The observation that EN1 mimics BRD4-S in matrisome gene activation suggests BRD4-S may interact with EN1. Immunoprecipitation (IP) performed in MDA-MB-231 (Figure 4G) showed that α-EN1 antibody, which binds bacterially expressed/purified FLAG-tagged EN1 without cross-reaction to FLAG-tagged EN2 (lanes 1 and 2) but is unable to detect endogenous EN1 in nuclear extract (lane 3) due to its extreme low-abundance (Peluffo et al., 2019), pulled down an equivalent level of both BRD4 isoforms that were significantly reduced upon EN1 knockdown (lanes 4–6), whose targeting was efficient in depleting not only endogenous EN1 but also ectopic 3xT7-tagged EN1 protein (lanes 7 and 8). Since BRD4-S in the input lysate is ~13% of BRD4-L, this EN1-IP suggests BRD4-S interacts more efficiently with EN1 than BRD4-L in the cell (lane 3 vs. lane 5). Reciprocal IP showed only α-BRD4-S, not α-BRD4-L, antibody effectively pulled down EN1 (lanes 9–12).
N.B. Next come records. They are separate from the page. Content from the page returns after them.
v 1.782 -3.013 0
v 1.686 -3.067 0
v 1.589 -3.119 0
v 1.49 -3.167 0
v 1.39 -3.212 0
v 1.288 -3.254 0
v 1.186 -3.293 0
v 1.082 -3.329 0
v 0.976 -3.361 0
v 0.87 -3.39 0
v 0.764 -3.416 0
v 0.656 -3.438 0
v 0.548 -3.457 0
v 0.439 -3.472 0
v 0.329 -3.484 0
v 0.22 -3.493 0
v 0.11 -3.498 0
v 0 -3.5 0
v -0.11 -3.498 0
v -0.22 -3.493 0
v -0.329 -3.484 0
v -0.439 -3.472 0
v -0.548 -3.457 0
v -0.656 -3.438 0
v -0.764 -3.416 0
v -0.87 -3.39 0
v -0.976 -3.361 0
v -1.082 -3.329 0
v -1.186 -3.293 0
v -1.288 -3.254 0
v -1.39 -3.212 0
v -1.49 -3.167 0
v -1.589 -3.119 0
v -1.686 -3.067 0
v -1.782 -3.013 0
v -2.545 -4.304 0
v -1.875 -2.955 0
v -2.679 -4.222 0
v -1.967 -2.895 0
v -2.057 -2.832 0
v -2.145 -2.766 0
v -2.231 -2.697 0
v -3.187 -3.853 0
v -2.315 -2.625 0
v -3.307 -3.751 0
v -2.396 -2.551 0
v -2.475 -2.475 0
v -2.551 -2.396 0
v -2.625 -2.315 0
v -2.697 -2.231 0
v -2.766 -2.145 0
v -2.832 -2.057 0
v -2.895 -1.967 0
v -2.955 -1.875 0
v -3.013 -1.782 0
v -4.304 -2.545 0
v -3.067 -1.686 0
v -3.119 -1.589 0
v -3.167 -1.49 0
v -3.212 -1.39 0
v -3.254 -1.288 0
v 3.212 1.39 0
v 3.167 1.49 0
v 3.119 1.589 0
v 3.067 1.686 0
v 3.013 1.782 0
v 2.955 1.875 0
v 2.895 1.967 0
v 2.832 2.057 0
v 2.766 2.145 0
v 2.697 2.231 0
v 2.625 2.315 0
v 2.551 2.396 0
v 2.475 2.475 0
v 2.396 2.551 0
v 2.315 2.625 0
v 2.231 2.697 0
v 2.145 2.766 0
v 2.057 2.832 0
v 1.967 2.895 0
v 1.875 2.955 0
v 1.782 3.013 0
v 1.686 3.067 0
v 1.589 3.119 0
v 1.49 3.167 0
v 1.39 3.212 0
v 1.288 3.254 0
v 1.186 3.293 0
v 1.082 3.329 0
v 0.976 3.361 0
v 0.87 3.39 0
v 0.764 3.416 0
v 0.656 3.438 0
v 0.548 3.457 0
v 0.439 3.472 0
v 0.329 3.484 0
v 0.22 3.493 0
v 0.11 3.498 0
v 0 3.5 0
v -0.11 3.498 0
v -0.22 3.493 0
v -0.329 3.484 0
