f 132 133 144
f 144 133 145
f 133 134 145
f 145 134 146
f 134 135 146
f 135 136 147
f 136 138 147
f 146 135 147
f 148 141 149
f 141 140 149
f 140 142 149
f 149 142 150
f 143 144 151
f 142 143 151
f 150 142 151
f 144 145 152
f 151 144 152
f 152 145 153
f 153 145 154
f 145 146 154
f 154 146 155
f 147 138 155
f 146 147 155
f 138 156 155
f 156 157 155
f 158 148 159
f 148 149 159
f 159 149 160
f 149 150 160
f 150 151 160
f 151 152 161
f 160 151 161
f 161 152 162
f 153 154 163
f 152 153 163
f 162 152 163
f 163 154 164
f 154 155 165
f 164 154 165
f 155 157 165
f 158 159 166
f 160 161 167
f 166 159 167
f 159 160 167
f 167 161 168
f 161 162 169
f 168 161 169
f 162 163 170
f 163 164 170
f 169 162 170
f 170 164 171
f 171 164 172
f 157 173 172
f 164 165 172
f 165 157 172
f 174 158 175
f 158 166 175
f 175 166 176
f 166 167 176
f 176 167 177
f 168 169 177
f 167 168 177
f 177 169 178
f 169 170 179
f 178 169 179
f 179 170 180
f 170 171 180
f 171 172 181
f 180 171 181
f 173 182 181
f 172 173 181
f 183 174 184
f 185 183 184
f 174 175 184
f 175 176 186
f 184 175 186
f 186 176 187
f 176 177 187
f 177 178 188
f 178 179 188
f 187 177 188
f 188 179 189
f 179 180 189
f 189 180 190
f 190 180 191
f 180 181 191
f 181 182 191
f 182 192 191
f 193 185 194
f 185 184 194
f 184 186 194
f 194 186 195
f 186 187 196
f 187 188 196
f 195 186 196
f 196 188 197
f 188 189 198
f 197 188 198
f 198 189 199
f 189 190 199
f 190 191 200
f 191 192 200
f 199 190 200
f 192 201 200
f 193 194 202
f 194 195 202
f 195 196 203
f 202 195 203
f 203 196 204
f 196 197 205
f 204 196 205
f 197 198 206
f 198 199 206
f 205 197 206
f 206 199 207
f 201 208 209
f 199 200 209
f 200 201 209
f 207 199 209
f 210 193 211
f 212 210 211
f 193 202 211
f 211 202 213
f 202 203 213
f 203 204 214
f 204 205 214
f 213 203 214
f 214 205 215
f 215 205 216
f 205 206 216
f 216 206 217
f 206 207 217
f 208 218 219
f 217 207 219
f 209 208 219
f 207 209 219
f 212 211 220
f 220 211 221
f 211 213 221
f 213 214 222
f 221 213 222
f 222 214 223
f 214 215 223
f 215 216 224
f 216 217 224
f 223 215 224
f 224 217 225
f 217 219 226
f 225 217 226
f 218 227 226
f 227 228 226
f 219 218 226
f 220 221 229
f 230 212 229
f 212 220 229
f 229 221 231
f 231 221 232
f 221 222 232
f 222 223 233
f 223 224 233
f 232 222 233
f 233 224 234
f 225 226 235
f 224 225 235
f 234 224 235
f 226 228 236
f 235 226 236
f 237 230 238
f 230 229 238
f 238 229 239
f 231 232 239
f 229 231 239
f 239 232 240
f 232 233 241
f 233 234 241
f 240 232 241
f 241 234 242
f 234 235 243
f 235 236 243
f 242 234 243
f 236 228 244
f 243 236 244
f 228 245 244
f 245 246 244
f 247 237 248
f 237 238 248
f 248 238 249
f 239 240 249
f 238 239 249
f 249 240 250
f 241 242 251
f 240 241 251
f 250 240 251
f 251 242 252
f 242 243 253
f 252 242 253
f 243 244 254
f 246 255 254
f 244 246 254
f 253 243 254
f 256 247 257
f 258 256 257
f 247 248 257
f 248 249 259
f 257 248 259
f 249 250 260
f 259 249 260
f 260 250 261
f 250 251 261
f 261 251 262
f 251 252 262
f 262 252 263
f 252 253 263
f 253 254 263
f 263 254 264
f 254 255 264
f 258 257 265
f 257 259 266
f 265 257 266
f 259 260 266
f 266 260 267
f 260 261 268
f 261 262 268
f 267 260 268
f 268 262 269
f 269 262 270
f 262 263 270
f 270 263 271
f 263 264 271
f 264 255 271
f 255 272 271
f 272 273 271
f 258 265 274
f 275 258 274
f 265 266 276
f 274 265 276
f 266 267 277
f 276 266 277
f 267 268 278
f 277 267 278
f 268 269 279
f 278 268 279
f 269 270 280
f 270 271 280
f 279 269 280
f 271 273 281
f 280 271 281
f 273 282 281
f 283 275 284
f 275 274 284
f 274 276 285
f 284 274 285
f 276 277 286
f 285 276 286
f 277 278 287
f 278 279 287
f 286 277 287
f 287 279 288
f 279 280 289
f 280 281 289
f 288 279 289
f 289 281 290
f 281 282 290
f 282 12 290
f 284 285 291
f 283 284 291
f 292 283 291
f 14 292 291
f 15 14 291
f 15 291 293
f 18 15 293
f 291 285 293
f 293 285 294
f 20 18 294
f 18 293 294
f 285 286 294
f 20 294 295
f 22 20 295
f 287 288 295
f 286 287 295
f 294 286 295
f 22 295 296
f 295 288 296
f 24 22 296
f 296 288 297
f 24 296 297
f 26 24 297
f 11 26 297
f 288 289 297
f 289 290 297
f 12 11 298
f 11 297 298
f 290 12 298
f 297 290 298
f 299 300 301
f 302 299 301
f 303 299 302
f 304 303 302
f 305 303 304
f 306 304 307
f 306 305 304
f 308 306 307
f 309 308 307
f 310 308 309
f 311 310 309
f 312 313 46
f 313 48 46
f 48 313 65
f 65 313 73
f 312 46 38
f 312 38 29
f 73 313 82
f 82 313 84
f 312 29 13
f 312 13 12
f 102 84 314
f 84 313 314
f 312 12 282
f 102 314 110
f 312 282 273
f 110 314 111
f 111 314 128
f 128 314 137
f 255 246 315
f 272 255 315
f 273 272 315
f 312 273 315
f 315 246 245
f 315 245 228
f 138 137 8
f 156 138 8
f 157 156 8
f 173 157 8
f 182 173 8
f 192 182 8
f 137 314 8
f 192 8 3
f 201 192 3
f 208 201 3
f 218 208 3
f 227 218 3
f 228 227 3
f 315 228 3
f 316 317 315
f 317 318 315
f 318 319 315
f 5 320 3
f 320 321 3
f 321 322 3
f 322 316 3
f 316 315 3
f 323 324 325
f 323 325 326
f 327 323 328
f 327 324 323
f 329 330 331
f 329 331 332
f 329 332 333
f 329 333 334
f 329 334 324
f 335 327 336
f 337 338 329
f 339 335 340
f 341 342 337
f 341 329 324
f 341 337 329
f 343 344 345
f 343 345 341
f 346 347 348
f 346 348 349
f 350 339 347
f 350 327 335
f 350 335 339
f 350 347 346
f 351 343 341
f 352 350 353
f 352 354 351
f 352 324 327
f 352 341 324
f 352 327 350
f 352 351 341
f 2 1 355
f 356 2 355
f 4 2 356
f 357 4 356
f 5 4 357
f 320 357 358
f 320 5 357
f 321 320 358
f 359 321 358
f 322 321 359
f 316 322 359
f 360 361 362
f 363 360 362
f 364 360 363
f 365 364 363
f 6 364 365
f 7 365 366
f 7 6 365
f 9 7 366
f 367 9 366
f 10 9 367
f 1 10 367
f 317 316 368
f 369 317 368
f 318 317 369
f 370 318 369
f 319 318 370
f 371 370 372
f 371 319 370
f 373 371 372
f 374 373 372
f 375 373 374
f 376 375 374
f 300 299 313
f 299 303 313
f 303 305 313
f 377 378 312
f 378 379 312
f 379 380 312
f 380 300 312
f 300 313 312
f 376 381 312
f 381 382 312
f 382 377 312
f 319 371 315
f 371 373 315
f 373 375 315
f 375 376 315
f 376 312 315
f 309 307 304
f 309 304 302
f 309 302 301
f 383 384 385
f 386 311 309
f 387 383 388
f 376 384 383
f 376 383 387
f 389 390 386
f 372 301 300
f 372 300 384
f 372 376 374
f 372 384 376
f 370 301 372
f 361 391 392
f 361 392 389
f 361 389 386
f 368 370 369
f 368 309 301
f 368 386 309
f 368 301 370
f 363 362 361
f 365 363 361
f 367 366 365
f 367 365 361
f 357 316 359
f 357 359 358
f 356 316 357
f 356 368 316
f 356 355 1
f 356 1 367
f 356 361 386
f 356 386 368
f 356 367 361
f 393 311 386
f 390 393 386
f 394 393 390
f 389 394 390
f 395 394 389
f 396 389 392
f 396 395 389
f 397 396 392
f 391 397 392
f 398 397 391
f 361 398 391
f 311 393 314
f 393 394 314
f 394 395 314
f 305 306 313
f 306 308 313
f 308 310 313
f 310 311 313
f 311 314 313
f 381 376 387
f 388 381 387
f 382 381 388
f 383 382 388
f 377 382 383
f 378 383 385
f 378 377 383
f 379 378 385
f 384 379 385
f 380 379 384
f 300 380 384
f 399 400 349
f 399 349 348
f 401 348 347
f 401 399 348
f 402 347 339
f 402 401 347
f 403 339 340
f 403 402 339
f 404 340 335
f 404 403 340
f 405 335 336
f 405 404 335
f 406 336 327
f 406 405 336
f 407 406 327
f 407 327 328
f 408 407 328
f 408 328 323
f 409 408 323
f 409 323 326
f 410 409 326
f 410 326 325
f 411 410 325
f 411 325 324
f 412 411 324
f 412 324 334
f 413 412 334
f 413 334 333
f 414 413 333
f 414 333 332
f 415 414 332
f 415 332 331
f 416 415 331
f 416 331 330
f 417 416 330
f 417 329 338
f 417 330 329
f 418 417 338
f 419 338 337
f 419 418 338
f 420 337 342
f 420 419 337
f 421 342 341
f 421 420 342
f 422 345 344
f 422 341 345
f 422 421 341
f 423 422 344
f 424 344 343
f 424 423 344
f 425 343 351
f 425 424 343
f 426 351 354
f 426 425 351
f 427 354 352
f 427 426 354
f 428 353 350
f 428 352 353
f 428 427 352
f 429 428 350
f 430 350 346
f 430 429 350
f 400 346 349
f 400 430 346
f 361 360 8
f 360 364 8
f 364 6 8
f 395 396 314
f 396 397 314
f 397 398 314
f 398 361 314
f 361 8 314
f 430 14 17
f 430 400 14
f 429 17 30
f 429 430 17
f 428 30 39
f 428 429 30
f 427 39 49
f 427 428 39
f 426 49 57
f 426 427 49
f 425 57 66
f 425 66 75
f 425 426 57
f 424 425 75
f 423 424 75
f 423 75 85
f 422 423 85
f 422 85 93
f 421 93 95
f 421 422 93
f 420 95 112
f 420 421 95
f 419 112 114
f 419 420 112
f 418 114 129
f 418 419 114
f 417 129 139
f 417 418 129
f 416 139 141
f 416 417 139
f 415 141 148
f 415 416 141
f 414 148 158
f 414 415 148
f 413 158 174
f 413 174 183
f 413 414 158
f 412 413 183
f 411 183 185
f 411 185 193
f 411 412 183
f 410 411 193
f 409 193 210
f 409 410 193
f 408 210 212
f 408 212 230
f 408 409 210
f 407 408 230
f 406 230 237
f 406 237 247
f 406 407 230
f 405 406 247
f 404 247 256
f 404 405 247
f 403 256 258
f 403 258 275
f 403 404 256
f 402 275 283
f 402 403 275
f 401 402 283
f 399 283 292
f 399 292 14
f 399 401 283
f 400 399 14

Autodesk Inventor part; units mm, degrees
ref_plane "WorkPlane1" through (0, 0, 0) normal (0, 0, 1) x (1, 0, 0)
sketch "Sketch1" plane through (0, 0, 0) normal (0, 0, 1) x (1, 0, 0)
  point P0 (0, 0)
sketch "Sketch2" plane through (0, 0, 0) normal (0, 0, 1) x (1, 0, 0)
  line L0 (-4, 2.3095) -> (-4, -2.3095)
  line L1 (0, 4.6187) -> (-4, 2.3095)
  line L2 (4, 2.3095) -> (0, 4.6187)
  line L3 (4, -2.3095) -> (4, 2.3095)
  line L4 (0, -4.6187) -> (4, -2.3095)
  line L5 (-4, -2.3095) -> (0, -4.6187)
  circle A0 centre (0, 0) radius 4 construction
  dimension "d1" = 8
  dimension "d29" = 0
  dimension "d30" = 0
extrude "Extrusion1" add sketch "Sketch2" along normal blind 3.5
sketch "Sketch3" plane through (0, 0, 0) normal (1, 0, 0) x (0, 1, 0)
However, IP performed with FLAG-tagged BRD4-L and BRD4-S purified from insect Sf9 cells and FLAG-tagged EN1 and EN2 purified from bacteria (Figure 4H, lanes 1–4) showed similar interactions between EN1 and BRD4-S or BRD4-L, and both interactions were better than with EN2 (lanes 7–10). When cellular IP was performed with other TNBC lines, we found α-BRD4-L and α-BRD4-S antibodies pulled down comparable levels of EN1 in SUM159 and MDA-MB-468 nuclear extracts (Figure 4I). These results indicate the intrinsic interaction between BRD4-S/L and EN1/2 could be additionally modulated by other cellular factors, fine-tuning BRD4-S/EN1-coregulated transcription programs uniquely seen in respective basal-like TNBC cells.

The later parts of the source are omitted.